# Base Plates for 5D3, 1DX -- seeking advice?



## [email protected] (Jul 26, 2013)

Colleagues: I am accustomed to keeping a steel base plate on my gear (example: the Really Right Stuff plate for the 5D2), both for protection and also because I can vigorously screw in my Black Rapid attachment. I don't mind the extra weight. I seek advice re. options for protective base plates for the 1Dx and 5D3. (I know RRS makes a plate for the 5D3 but not for the 1DX.) They must have female fitting for BR attachment, and be very durable--steel preferred over aluminum; titanium best of all. M-Plate? Acra? Anything else? Thank you for your time. 

Addendum--Thanks, winglet and neuroanatomist. The Kirk plate (I did not know of them) may be what I want. I prefer steel to aluminum, but RRS doesn;t make an equivalent plate for the 1Dx as they do for the 5D3. Not certain what neuroanatomist means by lug and locktite, but Ishall research this. Thanks again.


----------



## winglet (Jul 28, 2013)

Perhaps I don't understand what you mean by base plate, but I use a RRS quick-release plate on my 1DX and love it:

http://reallyrightstuff.com/ProductDesc.aspx?code=B1DX-L

??


----------



## neuroanatomist (Jul 28, 2013)

Maybe the OP is looking for a plate that goes all the way across the bottom? Regardless, the RRS plate for the 1D X doesn't have the 1/4"-20 threaded hole the OP is looking for, but the Kirk plate does. 

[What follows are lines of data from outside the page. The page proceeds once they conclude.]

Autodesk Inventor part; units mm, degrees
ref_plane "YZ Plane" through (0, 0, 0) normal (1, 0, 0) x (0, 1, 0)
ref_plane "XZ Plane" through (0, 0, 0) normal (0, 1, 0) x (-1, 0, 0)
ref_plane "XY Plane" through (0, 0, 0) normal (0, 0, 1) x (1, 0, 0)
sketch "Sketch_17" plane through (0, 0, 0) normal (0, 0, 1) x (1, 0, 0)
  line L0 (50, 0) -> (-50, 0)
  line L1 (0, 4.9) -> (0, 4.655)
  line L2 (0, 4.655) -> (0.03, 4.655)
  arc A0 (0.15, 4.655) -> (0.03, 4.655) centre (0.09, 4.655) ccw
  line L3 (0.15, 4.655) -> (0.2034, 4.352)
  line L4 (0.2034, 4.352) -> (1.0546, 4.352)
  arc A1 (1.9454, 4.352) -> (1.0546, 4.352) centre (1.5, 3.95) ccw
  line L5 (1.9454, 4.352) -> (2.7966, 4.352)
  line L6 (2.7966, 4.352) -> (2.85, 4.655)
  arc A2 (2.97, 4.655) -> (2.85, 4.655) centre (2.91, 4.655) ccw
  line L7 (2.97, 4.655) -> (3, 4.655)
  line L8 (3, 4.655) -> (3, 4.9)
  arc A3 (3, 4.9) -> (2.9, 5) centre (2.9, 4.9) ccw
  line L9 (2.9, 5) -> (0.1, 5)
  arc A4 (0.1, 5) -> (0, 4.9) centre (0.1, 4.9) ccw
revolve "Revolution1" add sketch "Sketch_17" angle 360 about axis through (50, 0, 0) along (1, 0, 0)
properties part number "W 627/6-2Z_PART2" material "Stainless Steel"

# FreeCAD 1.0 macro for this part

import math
import FreeCAD as App
import Part
import Sketcher
from FreeCAD import Vector

doc = App.newDocument("Part")
body = doc.addObject("PartDesign::Body", "Body")

sketch1 = body.newObject("Sketcher::SketchObject", "Sketch")
sketch1.AttachmentSupport = (doc.getObject("XY_Plane"), [""])
sketch1.MapMode = "FlatFace"
sketch1.addGeometry(Part.ArcOfCircle(Part.Circle(Vector(0.1, 4.9, 0), Vector(0, 0, 1), 0.1), math.radians(90), math.radians(180)), False)
sketch1.addGeometry(Part.LineSegment(Vector(0, 4.9, 0), Vector(0, 4.655, 0)), False)
sketch1.addGeometry(Part.LineSegment(Vector(0, 4.655, 0), Vector(0.03, 4.655, 0)), False)
sketch1.addGeometry(Part.ArcOfCircle(Part.Circle(Vector(0.09, 4.655, 0), Vector(0, 0, 1), 0.06), math.radians(0), math.radians(180)), False)
sketch1.addGeometry(Part.LineSegment(Vector(0.15, 4.655, 0), Vector(0.203, 4.352, 0)), False)
sketch1.addGeometry(Part.LineSegment(Vector(0.203, 4.352, 0), Vector(1.055, 4.352, 0)), False)
sketch1.addGeometry(Part.ArcOfCircle(Part.Circle(Vector(1.5, 3.95, 0), Vector(0, 0, 1), 0.6), math.radians(42), math.radians(138)), False)
sketch1.addGeometry(Part.LineSegment(Vector(1.945, 4.352, 0), Vector(2.797, 4.352, 0)), False)
sketch1.addGeometry(Part.LineSegment(Vector(2.797, 4.352, 0), Vector(2.85, 4.655, 0)), False)
sketch1.addGeometry(Part.ArcOfCircle(Part.Circle(Vector(2.91, 4.655, 0), Vector(0, 0, 1), 0.06), math.radians(0), math.radians(180)), False)
sketch1.addGeometry(Part.LineSegment(Vector(2.97, 4.655, 0), Vector(3, 4.655, 0)), False)
sketch1.addGeometry(Part.LineSegment(Vector(3, 4.655, 0), Vector(3, 4.9, 0)), False)
sketch1.addGeometry(Part.ArcOfCircle(Part.Circle(Vector(2.9, 4.9, 0), Vector(0, 0, 1), 0.1), math.radians(0), math.radians(90)), False)
sketch1.addGeometry(Part.LineSegment(Vector(2.9, 5, 0), Vector(0.1, 5, 0)), False)
sketch1.addConstraint(Sketcher.Constraint("Tangent", 0, 2, 1, 1))
sketch1.addConstraint(Sketcher.Constraint("Coincident", 1, 2, 2, 1))
sketch1.addConstraint(Sketcher.Constraint("Coincident", 2, 2, 3, 2))
sketch1.addConstraint(Sketcher.Constraint("Coincident", 3, 1, 4, 1))
sketch1.addConstraint(Sketcher.Constraint("Coincident", 4, 2, 5, 1))
sketch1.addConstraint(Sketcher.Constraint("Coincident", 5, 2, 6, 2))
sketch1.addConstraint(Sketcher.Constraint("Coincident", 6, 1, 7, 1))
sketch1.addConstraint(Sketcher.Constraint("Coincident", 7, 2, 8, 1))
sketch1.addConstraint(Sketcher.Constraint("Coincident", 8, 2, 9, 2))
sketch1.addConstraint(Sketcher.Constraint("Coincident", 9, 1, 10, 1))
sketch1.addConstraint(Sketcher.Constraint("Coincident", 10, 2, 11, 1))
sketch1.addConstraint(Sketcher.Constraint("Tangent", 11, 2, 12, 1))
sketch1.addConstraint(Sketcher.Constraint("Tangent", 12, 2, 13, 1))
sketch1.addConstraint(Sketcher.Constraint("Tangent", 13, 2, 0, 1))
sketch1.addConstraint(Sketcher.Constraint("Vertical", 1))
sketch1.addConstraint(Sketcher.Constraint("Horizontal", 2))
sketch1.addConstraint(Sketcher.Constraint("Horizontal", 5))
sketch1.addConstraint(Sketcher.Constraint("Horizontal", 7))
sketch1.addConstraint(Sketcher.Constraint("Horizontal", 10))
sketch1.addConstraint(Sketcher.Constraint("Vertical", 11))
sketch1.addConstraint(Sketcher.Constraint("Horizontal", 13))
sketch1.addConstraint(Sketcher.Constraint("Equal", 3, 9))
sketch1.addConstraint(Sketcher.Constraint("Equal", 0, 12))
sketch1.addConstraint(Sketcher.Constraint("PointOnObject", 0, 2, -2))
sketch1.addConstraint(Sketcher.Constraint("Horizontal", 3, 3, 9, 3))
sketch1.addConstraint(Sketcher.Constraint("Horizontal", 9, 3, 1, 2))
sketch1.addConstraint(Sketcher.Constraint("Horizontal", 2, 2, 3, 1))
sketch1.addConstraint(Sketcher.Constraint("Horizontal", 5, 2, 6, 1))
sketch1.addConstraint(Sketcher.Constraint("Horizontal", 3, 1, 8, 2))
sketch1.addConstraint(Sketcher.Constraint("Horizontal", 8, 2, 9, 1))
sketch1.addConstraint(Sketcher.Constraint("Equal", 5, 7))
sketch1.addConstraint(Sketcher.Constraint("Equal", 2, 10))
sketch1.addConstraint(Sketcher.Constraint("Equal", 4, 8))
sketch1.addConstraint(Sketcher.Constraint("Radius", 0, 0.1))
sketch1.addConstraint(Sketcher.Constraint("Radius", 6, 0.6))
sketch1.addConstraint(Sketcher.Constraint("Radius", 3, 0.06))
sketch1.addConstraint(Sketcher.Constraint("DistanceX", 13, 2, 13, 1, 2.8))
sketch1.addConstraint(Sketcher.Constraint("DistanceY", -1, 1, 12, 2, 5.0))
sketch1.addConstraint(Sketcher.Constraint("DistanceX", 2, 1, 2, 2, 0.03))
sketch1.addConstraint(Sketcher.Constraint("DistanceY", 1, 2, 1, 1, 0.245))
sketch1.addConstraint(Sketcher.Constraint("DistanceY", -1, 1, 6, 3, 3.95))
sketch1.addConstraint(Sketcher.Constraint("DistanceX", 5, 1, 5, 2, 0.8512))
sketch1.addConstraint(Sketcher.Constraint("DistanceY", -1, 1, 4, 2, 4.352))
revolution = body.newObject("PartDesign::Revolution", "Revolution")
revolution.Profile = sketch1
revolution.ReferenceAxis = (sketch1, ["H_Axis"])
revolution.Angle = 360

doc.recompute()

Still, rather than screwing in the lug, I'd recommend connecting the lug to a Kirk 1" clamp (with Loctite 242), then connecting that to the camera plate, lens plate, etc.


----------



## ahab1372 (Jul 29, 2013)

[email protected] said:


> Addendum--Thanks, winglet and neuroanatomist. The Kirk plate (I did not know of them) may be what I want. I prefer steel to aluminum, but RRS doesn;t make an equivalent plate for the 1Dx as they do for the 5D3. Not certain what neuroanatomist means by lug and locktite, but Ishall research this. Thanks again.


What Neuro means (and many others, including myself, use successfully) is, instead of attaching the BR strap directly to the base plate, attach it to a Kirk 1'' Arca-Swiss clamp, and then clamp that to the base plate. Since the Kirk clamp can be permananently attached to the BR strap, add loctite before screwing the lug in, and it will never work itself loose. That makes for a secure connection that can be easily detached when needed.


----------



## [email protected] (Jul 29, 2013)

Aha. Many thanks! I looked at the clamp assembly but now I understand. Thanks again. J


----------



## winglet (Aug 3, 2013)

Hey thanks guys that's great! Not only did it explain what the OP was asking about, but I'd never thought of using a Arca-Swiss plate like that, and I'm a dedicated Blackrapid user. I've got one of the Kirk plates on order as we speak!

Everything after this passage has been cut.